Эстетика и теория искусства XX века. Хрестоматия - Коллектив авторов
Шрифт:
Интервал:
Закладка:
И они глубоко правы в сознании прямой связи, и притом – не внешне-исторической только, а внутренне-логической, трансцендентальной связи между посылками времени Возрождения и жизнепониманием самого недавнего прошлого, точно так же, как они глубочайше правы в своем ощущении полной несоединимости предпосылок средневековых и мировоззрения только что указанного. Если просуммировать все то, что говорится в формальном отношении против искусства Средневековья, то оно сводится к упреку: «Нет понимания пространства», а этот упрек, в раскрытом виде, означает, что нет пространственного единства, нет схемы эвклидо-кантовского пространства, сводящейся, в пределах живописи, – к линейной перспективе и пропорциональности, а точнее говоря – к одной перспективе, ибо пропорциональность – лишь ее частность.
При этом предполагается (и – что самое опасное – бессознательно), предполагается само собою разумеющимся или где-то и кем-то абсолютно доказанным, что никаких форм в природе не существует, – не существует как живущих каждая своим мирком, – ибо вообще не существует никаких реальностей, имеющих в себе центр и потому подлежащих своим законам, что по сему все зримое и воспринимаемое есть только простой материал для заполнения некоторой общей, извне на него накладываемой схемы упорядочения, каковою служит канто-эвклидовское пространство, и что, следовательно, все формы природы суть только кажущиеся формы, накладываемые на безличный и безразличный материал схемою научного мышления, т. е. суть как бы клеточки разграфления жизни, – и не более.

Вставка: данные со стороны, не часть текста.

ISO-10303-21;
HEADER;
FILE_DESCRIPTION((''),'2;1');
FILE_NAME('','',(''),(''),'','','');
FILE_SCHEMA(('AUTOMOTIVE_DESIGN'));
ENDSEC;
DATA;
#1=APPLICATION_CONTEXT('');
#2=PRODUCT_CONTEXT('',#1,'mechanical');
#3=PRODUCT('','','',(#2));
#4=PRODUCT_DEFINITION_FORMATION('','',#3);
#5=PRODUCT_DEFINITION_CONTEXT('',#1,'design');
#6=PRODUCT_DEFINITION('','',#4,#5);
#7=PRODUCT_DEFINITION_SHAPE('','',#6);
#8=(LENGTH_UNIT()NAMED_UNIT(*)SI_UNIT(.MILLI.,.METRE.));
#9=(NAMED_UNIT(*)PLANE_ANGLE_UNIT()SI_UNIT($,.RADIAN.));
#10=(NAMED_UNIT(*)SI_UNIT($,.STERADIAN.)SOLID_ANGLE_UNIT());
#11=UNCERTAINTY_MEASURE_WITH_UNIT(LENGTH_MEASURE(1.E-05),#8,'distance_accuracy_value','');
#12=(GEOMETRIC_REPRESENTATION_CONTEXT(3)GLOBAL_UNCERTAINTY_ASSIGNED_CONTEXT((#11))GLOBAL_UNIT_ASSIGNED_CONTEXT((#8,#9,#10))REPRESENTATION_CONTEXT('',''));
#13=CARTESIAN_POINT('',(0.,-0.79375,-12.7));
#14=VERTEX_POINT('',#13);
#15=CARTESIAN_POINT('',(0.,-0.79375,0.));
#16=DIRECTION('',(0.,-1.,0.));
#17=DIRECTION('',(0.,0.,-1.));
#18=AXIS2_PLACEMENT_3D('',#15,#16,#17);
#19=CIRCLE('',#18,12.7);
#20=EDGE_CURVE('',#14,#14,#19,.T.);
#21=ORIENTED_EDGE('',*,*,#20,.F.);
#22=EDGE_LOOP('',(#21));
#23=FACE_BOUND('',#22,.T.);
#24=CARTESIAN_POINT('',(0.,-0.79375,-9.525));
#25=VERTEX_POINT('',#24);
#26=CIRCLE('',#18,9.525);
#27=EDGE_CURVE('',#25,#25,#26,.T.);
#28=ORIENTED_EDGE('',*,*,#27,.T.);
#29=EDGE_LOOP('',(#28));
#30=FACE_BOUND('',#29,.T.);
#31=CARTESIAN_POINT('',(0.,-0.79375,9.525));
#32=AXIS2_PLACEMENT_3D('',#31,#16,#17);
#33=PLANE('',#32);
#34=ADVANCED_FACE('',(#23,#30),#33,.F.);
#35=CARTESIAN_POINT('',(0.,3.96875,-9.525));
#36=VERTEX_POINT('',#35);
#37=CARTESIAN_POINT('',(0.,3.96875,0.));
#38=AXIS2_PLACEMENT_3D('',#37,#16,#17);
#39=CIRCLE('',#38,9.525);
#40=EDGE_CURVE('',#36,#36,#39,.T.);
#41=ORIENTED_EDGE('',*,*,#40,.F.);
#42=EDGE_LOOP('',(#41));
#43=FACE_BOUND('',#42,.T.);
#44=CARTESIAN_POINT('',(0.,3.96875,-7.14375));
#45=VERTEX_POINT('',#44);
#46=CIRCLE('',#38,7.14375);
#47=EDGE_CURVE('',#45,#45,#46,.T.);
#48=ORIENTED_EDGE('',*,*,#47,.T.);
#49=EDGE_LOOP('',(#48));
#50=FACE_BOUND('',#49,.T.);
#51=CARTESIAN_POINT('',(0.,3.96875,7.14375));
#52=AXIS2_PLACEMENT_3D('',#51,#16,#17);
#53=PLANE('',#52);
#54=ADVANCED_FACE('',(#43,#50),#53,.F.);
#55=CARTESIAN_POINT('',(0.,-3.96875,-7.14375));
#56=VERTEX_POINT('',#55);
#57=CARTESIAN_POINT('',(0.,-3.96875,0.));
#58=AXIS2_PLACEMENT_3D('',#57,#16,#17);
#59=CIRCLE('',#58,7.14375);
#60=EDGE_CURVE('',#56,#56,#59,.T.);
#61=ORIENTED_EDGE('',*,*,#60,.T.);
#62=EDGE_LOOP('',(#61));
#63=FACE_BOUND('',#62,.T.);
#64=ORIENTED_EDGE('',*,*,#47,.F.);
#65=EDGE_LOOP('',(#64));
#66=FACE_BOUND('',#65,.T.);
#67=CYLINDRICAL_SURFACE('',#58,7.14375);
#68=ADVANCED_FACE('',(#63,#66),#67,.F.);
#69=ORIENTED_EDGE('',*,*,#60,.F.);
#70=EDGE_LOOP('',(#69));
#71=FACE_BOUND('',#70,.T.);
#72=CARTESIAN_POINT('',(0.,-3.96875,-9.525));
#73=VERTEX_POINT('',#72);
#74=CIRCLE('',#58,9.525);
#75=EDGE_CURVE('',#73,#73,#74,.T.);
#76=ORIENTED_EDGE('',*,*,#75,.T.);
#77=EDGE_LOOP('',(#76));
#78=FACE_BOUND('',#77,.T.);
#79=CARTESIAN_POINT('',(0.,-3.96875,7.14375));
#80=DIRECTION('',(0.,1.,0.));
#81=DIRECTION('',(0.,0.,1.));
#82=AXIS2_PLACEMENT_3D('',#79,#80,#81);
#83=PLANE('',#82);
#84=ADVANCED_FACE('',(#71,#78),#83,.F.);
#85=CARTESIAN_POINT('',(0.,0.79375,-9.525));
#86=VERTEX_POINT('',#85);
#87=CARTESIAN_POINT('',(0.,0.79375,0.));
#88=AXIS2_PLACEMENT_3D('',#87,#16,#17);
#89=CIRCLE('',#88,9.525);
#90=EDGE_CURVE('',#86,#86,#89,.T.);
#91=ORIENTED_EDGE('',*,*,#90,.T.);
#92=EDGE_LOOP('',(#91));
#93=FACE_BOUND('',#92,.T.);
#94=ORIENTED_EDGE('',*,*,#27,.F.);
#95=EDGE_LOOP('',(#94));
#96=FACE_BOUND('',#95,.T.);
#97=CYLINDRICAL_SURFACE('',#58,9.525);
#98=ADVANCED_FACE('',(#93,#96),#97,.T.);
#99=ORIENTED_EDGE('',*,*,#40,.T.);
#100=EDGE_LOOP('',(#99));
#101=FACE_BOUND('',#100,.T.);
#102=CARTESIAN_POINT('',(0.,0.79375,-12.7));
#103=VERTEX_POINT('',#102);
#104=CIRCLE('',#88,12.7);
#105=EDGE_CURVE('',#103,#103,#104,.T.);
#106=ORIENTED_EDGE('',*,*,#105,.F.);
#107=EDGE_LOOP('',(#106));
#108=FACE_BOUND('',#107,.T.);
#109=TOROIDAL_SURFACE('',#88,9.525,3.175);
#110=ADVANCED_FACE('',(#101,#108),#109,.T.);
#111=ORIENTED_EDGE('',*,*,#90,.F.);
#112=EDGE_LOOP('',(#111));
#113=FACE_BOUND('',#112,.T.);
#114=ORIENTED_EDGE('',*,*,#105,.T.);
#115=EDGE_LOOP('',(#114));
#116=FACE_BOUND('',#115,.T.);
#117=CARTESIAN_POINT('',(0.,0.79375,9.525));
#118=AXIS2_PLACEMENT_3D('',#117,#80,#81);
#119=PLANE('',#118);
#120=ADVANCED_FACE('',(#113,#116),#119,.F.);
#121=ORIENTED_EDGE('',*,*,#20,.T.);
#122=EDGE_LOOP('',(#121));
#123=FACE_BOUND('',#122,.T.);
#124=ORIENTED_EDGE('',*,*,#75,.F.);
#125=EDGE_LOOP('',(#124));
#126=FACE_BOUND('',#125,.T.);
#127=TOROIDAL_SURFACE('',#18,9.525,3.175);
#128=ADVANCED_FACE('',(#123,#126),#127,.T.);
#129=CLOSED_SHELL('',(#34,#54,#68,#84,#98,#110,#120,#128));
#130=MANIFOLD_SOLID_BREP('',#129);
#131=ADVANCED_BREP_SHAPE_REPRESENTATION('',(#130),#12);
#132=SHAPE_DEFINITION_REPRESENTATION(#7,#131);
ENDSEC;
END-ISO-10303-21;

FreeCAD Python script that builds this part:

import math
import FreeCAD as App
import Part
import Sketcher

V = App.Vector
Q = App.Units.Quantity

doc = App.newDocument("Part")
body = doc.addObject("PartDesign::Body", "Body")

sketch1 = doc.addObject("Sketcher::SketchObject", "Sketch")
body.addObject(sketch1)
sketch1.AttachmentSupport = (doc.YZ_Plane, [""])
sketch1.MapMode = "FlatFace"
sketch1.addGeometry([
    Part.LineSegment(V(-4, 7.1, 0), V(4, 7.1, 0)),
    Part.LineSegment(V(4, 7.1, 0), V(4, 9.5, 0)),
    Part.ArcOfCircle(Part.Circle(V(0.8, 9.5, 0), V(0, 0, 1), 3.2), math.radians(0), math.radians(90)),
    Part.LineSegment(V(0.8, 12.7, 0), V(0.8, 9.5, 0)),
    Part.LineSegment(V(0.8, 9.5, 0), V(-0.8, 9.5, 0)),
    Part.LineSegment(V(-0.8, 9.5, 0), V(-0.8, 12.7, 0)),
    Part.ArcOfCircle(Part.Circle(V(-0.8, 9.5, 0), V(0, 0, 1), 3.2), math.radians(90), math.radians(180)),
    Part.LineSegment(V(-4, 9.5, 0), V(-4, 7.1, 0)),
], False)
sketch1.addConstraint([
    Sketcher.Constraint("Coincident", 0, 2, 1, 1),
    Sketcher.Constraint("Tangent", 1, 2, 2, 1),
    Sketcher.Constraint("Coincident", 2, 2, 3, 1),
    Sketcher.Constraint("Coincident", 3, 2, 4, 1),
    Sketcher.Constraint("Coincident", 4, 2, 5, 1),
    Sketcher.Constraint("Coincident", 5, 2, 6, 1),
    Sketcher.Constraint("Tangent", 6, 2, 7, 1),
    Sketcher.Constraint("Coincident", 7, 2, 0, 1),
    Sketcher.Constraint("Horizontal", 0),
    Sketcher.Constraint("Vertical", 1),
    Sketcher.Constraint("Vertical", 3),
    Sketcher.Constraint("Horizontal", 4),
    Sketcher.Constraint("Vertical", 5),
    Sketcher.Constraint("Vertical", 7),
    Sketcher.Constraint("Coincident", 3, 2, 2, 3),
    Sketcher.Constraint("Coincident", 4, 2, 6, 3),
    Sketcher.Constraint("Equal", 2, 6),
    Sketcher.Constraint("Radius", 2, Q("0.125 in")),
    Sketcher.Constraint("DistanceY", -1, 1, 2, 2, Q("0.5 in")),
    Sketcher.Constraint("DistanceX", 0, 1, 0, 2, Q("0.3125 in")),
    Sketcher.Constraint("DistanceY", 1, 1, 1, 2, Q("0.09375 in")),
    Sketcher.Constraint("DistanceX", -1, 1, 2, 3, Q("0.03125 in")),
])
revolution = doc.addObject("PartDesign::Revolution", "Revolution")
body.addObject(revolution)
revolution.Profile = sketch1
revolution.ReferenceAxis = (sketch1, ["H_Axis"])
revolution.Angle = 360

doc.recompute()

И, наконец, предпосылка логически первая – о качественной однородности, бесконечности и беспредельности пространства, о его, так сказать, бесформенности и неиндивидуальности. Нетрудно видеть, что эти предпосылки отрицают и природу и человека зараз, хотя и коренятся, по насмешке истории, в лозунгах, которые назывались «натурализм» и «гуманизм», а завершились формальным провозглашением «прав человека и природы».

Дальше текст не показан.